→ **What you are asked to do**
Among the lines below, keep only those from the one containing "f 142 163 139" through the one containing "f 127 329 332", and reproduce them exactly.

── Dataset content

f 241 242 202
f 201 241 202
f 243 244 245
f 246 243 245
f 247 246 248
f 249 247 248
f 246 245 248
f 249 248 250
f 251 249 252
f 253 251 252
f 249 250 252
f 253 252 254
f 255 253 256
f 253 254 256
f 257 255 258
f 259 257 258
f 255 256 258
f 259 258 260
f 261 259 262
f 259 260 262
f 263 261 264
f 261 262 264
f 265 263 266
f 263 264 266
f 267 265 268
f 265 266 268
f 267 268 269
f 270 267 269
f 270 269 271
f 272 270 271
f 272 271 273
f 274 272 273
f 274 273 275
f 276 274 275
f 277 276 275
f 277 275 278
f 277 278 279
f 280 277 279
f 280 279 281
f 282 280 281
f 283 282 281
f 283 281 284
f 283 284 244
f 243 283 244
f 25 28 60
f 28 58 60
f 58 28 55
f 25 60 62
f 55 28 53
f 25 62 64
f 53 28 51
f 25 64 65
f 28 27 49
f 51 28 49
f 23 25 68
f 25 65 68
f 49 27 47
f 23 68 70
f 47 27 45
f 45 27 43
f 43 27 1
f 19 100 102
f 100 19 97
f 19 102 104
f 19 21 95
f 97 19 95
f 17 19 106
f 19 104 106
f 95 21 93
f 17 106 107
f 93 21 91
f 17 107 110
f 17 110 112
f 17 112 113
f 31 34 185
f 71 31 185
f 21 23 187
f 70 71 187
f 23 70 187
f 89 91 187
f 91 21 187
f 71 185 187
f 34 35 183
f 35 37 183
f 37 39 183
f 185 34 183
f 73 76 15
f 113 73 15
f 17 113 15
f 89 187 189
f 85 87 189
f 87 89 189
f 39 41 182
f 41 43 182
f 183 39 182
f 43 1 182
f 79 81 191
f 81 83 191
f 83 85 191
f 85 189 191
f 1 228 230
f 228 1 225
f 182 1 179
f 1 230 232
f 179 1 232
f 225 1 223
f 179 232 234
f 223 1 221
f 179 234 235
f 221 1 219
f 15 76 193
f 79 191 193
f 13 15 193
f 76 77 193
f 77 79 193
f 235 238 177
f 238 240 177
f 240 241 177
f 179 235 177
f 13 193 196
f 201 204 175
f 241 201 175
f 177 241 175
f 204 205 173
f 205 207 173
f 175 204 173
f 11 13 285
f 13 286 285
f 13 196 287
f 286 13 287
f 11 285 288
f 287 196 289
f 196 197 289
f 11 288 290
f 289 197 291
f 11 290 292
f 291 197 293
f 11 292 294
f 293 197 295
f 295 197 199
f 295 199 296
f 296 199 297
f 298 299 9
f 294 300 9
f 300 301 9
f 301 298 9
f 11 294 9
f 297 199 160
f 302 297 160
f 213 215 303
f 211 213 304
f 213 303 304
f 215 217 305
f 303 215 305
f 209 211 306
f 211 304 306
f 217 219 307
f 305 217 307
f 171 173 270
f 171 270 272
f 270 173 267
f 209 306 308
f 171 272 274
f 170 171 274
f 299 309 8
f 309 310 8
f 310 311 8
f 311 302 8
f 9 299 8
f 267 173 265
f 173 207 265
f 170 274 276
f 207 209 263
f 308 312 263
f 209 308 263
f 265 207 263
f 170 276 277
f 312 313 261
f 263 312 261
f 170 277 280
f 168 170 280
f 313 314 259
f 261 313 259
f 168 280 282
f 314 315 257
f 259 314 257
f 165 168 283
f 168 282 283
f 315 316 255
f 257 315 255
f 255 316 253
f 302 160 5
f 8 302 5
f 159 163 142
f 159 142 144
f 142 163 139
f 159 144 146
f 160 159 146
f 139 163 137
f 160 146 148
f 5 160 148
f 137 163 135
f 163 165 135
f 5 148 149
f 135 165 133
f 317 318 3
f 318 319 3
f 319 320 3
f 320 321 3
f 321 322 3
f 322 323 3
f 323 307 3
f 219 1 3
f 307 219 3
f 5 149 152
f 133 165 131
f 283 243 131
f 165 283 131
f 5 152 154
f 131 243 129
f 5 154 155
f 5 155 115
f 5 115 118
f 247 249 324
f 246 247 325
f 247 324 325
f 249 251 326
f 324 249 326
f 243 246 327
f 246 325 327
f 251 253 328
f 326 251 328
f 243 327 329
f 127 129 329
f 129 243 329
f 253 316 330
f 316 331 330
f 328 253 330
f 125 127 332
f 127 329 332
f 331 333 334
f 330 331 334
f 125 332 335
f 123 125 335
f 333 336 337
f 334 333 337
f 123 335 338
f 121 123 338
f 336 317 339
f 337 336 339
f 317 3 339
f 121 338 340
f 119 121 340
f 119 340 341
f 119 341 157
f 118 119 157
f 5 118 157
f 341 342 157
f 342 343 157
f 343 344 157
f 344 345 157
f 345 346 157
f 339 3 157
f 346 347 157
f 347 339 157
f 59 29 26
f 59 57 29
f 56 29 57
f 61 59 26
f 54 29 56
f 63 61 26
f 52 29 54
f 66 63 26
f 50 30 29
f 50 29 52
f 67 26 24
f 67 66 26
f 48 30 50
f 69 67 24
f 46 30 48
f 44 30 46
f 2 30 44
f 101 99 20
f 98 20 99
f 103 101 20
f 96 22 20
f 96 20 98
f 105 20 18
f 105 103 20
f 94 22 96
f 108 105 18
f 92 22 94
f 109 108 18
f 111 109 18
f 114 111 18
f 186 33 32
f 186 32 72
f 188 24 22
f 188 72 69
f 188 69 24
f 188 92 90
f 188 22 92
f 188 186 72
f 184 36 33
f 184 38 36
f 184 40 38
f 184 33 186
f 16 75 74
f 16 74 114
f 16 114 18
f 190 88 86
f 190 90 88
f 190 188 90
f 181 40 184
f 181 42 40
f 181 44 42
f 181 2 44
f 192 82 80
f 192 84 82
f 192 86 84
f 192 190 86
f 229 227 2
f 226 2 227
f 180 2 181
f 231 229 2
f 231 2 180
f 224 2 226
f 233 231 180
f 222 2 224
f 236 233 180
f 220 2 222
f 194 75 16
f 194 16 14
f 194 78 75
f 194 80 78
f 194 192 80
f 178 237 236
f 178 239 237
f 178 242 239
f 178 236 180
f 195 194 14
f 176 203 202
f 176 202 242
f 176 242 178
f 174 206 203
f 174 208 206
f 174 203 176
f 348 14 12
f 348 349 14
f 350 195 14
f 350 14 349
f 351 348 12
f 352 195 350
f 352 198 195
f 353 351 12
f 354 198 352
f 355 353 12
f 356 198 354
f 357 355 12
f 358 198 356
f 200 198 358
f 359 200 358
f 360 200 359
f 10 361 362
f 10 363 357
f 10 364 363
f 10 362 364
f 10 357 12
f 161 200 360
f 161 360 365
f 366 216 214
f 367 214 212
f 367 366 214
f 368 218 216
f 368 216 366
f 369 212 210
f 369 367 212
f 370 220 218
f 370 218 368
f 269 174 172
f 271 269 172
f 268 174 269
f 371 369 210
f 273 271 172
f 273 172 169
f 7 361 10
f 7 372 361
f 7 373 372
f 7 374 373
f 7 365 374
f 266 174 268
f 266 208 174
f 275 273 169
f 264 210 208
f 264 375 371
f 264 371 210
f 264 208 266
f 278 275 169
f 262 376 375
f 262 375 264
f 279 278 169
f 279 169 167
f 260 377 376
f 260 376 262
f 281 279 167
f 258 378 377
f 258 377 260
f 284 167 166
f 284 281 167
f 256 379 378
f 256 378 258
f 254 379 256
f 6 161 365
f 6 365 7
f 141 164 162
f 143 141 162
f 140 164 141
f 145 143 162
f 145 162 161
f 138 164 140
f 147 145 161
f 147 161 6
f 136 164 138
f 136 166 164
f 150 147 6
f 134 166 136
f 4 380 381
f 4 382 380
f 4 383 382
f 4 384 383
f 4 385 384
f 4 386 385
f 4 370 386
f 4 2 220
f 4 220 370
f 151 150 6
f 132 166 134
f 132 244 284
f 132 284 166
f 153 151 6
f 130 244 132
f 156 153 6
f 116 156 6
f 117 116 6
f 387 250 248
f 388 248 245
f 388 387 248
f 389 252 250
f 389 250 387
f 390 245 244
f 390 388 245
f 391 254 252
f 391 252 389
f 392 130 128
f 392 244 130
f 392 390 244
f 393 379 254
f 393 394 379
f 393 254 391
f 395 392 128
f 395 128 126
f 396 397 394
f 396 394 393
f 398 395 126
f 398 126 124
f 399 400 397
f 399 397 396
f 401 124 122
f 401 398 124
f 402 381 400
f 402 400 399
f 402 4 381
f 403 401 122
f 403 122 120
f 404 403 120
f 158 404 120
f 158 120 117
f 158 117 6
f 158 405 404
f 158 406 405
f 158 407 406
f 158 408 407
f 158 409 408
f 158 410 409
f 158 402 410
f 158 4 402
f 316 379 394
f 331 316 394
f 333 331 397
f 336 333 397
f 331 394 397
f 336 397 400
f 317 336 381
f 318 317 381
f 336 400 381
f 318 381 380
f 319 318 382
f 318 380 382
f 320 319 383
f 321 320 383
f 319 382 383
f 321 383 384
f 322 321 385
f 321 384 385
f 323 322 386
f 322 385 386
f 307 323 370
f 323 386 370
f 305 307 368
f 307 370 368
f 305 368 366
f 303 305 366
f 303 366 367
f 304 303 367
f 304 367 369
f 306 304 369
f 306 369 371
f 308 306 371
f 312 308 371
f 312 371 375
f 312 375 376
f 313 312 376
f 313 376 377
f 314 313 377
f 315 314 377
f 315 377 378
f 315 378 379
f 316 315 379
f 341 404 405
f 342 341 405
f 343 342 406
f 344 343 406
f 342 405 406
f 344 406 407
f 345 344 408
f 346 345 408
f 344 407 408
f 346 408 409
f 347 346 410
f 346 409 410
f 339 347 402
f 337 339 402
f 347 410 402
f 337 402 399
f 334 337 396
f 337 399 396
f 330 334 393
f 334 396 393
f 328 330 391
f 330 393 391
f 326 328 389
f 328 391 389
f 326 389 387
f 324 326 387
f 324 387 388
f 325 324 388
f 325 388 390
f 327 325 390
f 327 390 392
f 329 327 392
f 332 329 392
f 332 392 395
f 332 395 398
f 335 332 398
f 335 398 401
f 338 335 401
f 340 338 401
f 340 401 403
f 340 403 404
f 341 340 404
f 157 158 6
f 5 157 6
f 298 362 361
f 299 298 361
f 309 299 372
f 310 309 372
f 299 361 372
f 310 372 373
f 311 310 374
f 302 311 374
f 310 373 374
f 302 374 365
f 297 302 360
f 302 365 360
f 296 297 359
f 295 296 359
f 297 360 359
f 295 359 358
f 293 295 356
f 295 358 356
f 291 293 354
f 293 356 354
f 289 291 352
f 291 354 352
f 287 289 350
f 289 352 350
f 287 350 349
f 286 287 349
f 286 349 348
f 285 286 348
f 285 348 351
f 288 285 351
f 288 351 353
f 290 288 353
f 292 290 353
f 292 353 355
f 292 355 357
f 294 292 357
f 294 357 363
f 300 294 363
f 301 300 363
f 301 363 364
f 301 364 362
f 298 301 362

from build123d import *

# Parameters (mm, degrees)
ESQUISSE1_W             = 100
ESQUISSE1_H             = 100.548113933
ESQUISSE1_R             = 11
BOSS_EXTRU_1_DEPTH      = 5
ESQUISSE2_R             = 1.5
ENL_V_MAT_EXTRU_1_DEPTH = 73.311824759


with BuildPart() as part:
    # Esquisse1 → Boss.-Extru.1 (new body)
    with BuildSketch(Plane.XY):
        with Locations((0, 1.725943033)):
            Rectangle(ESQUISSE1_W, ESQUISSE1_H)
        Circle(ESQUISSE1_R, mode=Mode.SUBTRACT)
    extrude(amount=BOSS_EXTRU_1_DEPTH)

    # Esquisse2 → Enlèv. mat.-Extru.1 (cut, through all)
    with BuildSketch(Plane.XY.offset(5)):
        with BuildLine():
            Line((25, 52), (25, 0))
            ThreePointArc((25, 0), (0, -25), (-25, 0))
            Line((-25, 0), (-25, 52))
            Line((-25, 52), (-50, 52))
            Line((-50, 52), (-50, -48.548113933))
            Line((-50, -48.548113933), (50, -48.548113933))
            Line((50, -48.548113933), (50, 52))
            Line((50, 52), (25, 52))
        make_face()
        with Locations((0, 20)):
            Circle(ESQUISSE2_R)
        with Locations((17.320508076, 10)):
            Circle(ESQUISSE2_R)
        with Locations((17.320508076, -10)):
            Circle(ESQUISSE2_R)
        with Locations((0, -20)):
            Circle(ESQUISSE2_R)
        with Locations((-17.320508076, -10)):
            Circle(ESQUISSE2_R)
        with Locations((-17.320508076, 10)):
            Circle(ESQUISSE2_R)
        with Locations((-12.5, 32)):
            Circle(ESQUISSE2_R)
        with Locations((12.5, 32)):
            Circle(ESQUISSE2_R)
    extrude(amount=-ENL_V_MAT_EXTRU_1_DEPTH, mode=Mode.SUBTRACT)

────

→ **Answer space**
f 142 163 139
f 159 144 146
f 160 159 146
f 139 163 137
f 160 146 148
f 5 160 148
f 137 163 135
f 163 165 135
f 5 148 149
f 135 165 133
f 317 318 3
f 318 319 3
f 319 320 3
f 320 321 3
f 321 322 3
f 322 323 3
f 323 307 3
f 219 1 3
f 307 219 3
f 5 149 152
f 133 165 131
f 283 243 131
f 165 283 131
f 5 152 154
f 131 243 129
f 5 154 155
f 5 155 115
f 5 115 118
f 247 249 324
f 246 247 325
f 247 324 325
f 249 251 326
f 324 249 326
f 243 246 327
f 246 325 327
f 251 253 328
f 326 251 328
f 243 327 329
f 127 129 329
f 129 243 329
f 253 316 330
f 316 331 330
f 328 253 330
f 125 127 332
f 127 329 332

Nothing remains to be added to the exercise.